Lamoureux Centenaire Debussy au TCE
Le programme s'ouvre par Nocturnes puis La Mer, créées par l'Orchestre Lamoureux en 1900 et 1904. Comme il est coutumier pour un hommage, la phalange semble s'incliner respectueusement sur la partition comme s'il s'agissait de la dépouille du maître : le jeu est délicat et précautionneux. Les timbres sont tous là, mais feutrés, pour quelques temps seulement. Une formidable énergie surgit en effet telle une houle : grâce en soit rendue à Michel Plasson, jeune et sémillant chef de 84 ans. Alors qu'il gravit avec peine son pupitre (soutenu par un musicien), il finit par littéralement surfer sur La Mer et même bondir ! Les cuivres et bois sont ainsi énergiques, tout en restant ouatés, en soutien de cordes dirigées d'un sourire ou d'une chatouille. Le souffle du public est suspendu à celui du cor anglais, caressant harpes et pizzicati. L'élan des fêtes amène un crescendo percussif animé (rappelant le Boléro de Ravel), avant que des sirènes n'accostent sur scène : femmes appartenant au Chœur Philharmonique du COGE (Chœurs et Orchestres des Grandes Écoles), en vocalises sans paroles, ondoyant sur les polyrythmies ternaires du ruisseau orchestral (hélas, force sera de constater que lorsque les hommes se joindront à leurs comparses pour former le chœur de l'œuvre suivante, L’Enfant prodigue, l'ensemble choral sera réduit à un rôle de figuration visuelle : les lèvres se mouvant sans qu'il soit possible d'en percevoir le moindre son).
L'Enfant prodigue (cantate couronnant la fin de l'apprentissage de Claude Debussy au Conservatoire par un Prix de Rome) est interprété par un trio de solistes qui n'ont rien de débutants. La soprano Annick Massis épanche tout le métier de sa voix ample et large, comme l'émotion de cette mère pleurant son fils. Le vibrato est extrêmement large, au point qu'il semble parfois enlever l'accroche vocale, mais la note conserve sa fréquence pivot. Toujours juste, la ligne est de surcroît parfaitement en rythme (malgré ou plutôt nonobstant cette largesse). Comme pour ses deux collègues solistes, l'absence de sur-titres touche ici à l'évidence tant la prononciation est modèle.

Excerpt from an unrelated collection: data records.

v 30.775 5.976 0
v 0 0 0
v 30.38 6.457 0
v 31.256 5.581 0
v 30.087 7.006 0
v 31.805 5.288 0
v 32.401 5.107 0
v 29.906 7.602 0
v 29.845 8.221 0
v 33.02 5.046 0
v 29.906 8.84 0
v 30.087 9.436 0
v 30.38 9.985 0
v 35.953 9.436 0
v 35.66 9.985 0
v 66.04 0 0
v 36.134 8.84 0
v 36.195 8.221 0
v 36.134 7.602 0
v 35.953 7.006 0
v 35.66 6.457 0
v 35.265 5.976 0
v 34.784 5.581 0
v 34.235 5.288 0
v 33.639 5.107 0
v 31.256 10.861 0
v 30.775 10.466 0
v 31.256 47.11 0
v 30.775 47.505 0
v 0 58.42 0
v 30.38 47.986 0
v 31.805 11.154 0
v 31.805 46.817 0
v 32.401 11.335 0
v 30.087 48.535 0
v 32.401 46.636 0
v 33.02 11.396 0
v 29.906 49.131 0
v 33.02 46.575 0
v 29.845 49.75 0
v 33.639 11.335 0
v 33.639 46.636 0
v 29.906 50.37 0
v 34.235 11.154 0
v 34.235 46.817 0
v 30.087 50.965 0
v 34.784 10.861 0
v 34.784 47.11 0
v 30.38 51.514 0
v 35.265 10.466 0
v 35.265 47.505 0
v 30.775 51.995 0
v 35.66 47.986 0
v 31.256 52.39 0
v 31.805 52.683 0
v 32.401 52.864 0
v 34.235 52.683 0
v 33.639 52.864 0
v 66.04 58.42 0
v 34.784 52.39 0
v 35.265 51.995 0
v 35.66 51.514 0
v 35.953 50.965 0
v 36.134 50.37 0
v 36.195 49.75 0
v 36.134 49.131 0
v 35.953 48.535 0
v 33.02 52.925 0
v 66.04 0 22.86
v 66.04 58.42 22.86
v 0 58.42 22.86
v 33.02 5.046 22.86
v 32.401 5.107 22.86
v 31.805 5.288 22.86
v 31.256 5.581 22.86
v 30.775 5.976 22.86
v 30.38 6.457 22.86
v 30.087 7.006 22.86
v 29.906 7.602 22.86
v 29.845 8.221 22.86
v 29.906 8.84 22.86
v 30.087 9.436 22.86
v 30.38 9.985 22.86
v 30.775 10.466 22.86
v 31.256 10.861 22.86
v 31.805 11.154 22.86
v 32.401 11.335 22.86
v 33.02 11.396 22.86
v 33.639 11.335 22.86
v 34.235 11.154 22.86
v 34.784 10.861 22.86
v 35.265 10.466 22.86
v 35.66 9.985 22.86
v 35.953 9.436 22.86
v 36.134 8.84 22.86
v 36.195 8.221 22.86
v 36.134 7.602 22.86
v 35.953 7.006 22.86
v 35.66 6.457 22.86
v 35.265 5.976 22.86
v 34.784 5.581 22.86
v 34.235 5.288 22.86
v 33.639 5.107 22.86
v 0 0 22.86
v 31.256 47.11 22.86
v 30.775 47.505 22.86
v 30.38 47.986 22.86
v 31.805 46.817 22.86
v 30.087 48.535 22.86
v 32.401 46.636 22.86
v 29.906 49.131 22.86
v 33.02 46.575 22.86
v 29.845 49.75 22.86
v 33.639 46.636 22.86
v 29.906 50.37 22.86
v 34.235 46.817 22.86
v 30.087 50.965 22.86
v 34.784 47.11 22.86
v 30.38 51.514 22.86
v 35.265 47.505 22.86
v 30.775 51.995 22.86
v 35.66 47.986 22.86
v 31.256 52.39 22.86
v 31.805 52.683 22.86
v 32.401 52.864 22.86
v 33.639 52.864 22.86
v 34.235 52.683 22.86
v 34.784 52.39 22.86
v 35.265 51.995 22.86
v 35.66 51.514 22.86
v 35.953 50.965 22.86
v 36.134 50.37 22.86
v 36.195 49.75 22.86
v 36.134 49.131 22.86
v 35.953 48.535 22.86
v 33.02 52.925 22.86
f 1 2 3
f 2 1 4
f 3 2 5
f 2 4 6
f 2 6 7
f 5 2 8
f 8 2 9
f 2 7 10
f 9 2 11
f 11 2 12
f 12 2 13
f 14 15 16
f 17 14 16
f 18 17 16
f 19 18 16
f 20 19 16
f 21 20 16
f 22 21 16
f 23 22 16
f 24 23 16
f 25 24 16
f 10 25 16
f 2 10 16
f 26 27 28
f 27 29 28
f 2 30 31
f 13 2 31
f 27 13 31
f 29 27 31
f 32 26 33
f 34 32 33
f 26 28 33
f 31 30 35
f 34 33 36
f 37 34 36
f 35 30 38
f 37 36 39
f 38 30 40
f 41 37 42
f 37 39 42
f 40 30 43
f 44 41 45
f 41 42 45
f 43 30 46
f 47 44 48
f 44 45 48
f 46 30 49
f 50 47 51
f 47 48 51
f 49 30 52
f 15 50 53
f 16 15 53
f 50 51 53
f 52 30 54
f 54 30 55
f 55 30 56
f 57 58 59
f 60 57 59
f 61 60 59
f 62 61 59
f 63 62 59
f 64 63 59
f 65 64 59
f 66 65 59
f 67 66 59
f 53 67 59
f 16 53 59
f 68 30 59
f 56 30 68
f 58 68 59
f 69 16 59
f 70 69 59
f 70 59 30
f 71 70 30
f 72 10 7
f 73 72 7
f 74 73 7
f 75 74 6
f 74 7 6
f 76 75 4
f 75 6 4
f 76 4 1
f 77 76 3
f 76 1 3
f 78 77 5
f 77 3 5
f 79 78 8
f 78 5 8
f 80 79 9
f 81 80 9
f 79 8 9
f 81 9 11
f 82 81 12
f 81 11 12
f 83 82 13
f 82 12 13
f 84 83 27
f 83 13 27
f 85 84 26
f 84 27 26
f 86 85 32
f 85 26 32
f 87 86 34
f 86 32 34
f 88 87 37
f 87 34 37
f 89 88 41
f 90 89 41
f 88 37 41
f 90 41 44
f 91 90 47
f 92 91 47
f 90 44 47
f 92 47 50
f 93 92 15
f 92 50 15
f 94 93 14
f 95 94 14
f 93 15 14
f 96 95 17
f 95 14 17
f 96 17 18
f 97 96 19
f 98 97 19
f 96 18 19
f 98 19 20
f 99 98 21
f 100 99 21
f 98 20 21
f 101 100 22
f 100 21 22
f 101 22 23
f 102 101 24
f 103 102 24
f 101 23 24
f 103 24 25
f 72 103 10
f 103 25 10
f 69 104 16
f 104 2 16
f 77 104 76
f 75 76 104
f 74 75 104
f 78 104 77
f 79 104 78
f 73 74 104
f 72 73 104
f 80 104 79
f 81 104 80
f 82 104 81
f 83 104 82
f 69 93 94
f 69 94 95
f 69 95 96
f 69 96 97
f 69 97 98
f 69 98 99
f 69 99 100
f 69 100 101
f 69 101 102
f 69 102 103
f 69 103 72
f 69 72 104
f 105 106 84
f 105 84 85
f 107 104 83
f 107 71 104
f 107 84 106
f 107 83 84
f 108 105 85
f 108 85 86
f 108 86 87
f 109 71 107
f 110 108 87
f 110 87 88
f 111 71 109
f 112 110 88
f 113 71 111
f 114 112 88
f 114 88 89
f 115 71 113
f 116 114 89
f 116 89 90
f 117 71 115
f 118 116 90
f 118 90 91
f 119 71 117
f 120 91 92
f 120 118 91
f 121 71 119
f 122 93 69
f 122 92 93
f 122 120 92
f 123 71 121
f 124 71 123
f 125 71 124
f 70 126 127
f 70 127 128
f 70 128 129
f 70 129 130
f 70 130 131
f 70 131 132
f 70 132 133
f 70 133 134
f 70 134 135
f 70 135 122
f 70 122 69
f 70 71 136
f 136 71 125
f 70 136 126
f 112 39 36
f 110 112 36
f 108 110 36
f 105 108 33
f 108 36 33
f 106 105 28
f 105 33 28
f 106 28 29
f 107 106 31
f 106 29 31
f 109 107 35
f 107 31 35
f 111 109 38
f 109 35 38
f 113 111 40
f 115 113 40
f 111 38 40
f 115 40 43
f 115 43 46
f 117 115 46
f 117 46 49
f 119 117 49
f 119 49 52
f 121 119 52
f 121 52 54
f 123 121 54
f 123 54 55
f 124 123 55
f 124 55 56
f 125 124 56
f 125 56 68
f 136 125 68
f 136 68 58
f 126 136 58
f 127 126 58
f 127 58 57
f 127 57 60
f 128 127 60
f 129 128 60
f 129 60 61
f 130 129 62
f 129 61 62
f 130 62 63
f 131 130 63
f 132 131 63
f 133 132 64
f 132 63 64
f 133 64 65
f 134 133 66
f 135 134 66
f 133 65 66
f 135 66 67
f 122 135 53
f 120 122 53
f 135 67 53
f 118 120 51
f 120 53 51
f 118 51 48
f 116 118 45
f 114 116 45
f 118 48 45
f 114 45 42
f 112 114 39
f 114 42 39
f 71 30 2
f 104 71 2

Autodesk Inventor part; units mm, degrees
ref_plane "YZ Plane" through (0, 0, 0) normal (1, 0, 0) x (0, 1, 0)
ref_plane "XZ Plane" through (0, 0, 0) normal (0, 1, 0) x (-1, 0, 0)
ref_plane "XY Plane" through (0, 0, 0) normal (0, 0, 1) x (1, 0, 0)
sketch "Sketch1" plane through (0, 0, 0) normal (0, 0, 1) x (1, 0, 0)
  line L0 (0, 0) -> (66.04, 0)
  line L1 (66.04, 0) -> (66.04, 58.42)
  line L2 (66.04, 58.42) -> (0, 58.42)
  line L3 (0, 58.42) -> (0, 0)
  dimension "d0" = 66.04
  dimension "d1" = 58.42
extrude "Extrusion1" add sketch "Sketch1" along normal blind 22.86
sketch "Sketch2" plane through (0, 0, 22.86) normal (0, 0, 1) x (1, 0, 0)
  line L0 (0, 0) -> (66.04, 0) projected
  point P0 (33.02, 49.7501)
  point P1 (33.02, 8.221)
  point P2 (33.02, 0)
  point P3 (33.02, 0)
hole "Hole1" at (33.02, 49.7501, 22.86) at (33.02, 8.221, 22.86) direction (0, 0, -1) diameter 6.35 end through all
properties part number "+5V Regulator"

Le ténor Julien Dran compense un volume sonore mesuré et des aigus serrés par la douceur et la noblesse de son articulation, comme de son port (rehaussé par un costume et une coiffure impeccables). Dès lors, même ce léger chuintement sur les consonnes devient charmant (un peu british, ce qui aurait ravi l'anglophile Debussy). Les retrouvailles de son personnage avec sa mère ont toute l'émotion d'un duo d'amour bel cantiste, mais avec la splendeur de l'articulation musicale et linguistique française : "Par ton seul repentir, Enfant tu me désarmes," auquel le fils répond "Pour te bénir, ma vie, hélas! sera trop brève: Je m'humilie, à tes genoux."
Effectuer un remplacement ajoute toujours une dose de stress au nouvel interprète, dont il est attendu qu'il soit, autant que faire se peut, à la hauteur de l'artiste initialement prévu. Le baryton Pierre-Yves Pruvot relevait donc ce défi en remplacement d'Alexandre Duhamel (souffrant sans doute encore des conséquences de son allergie au maquillage qui l'avait gêné durant la Carmen de Montpellier). Pruvot réussit la gageure avec un éclat tonnant, dès sa première phrase ("Eh bien, encore des pleurs !"). Davantage encore, les auditeurs trouveront excellente (voire même démesurée) la prestation sonore du chanteur, appelé à se produire sur de très grandes scènes, s'il sait tenir en longueur et en durée un tel potentiel.
Le concert finit dans un triomphe d'applaudissements, en attendant certainement le prochain centenaire, puis le millénaire Debussy.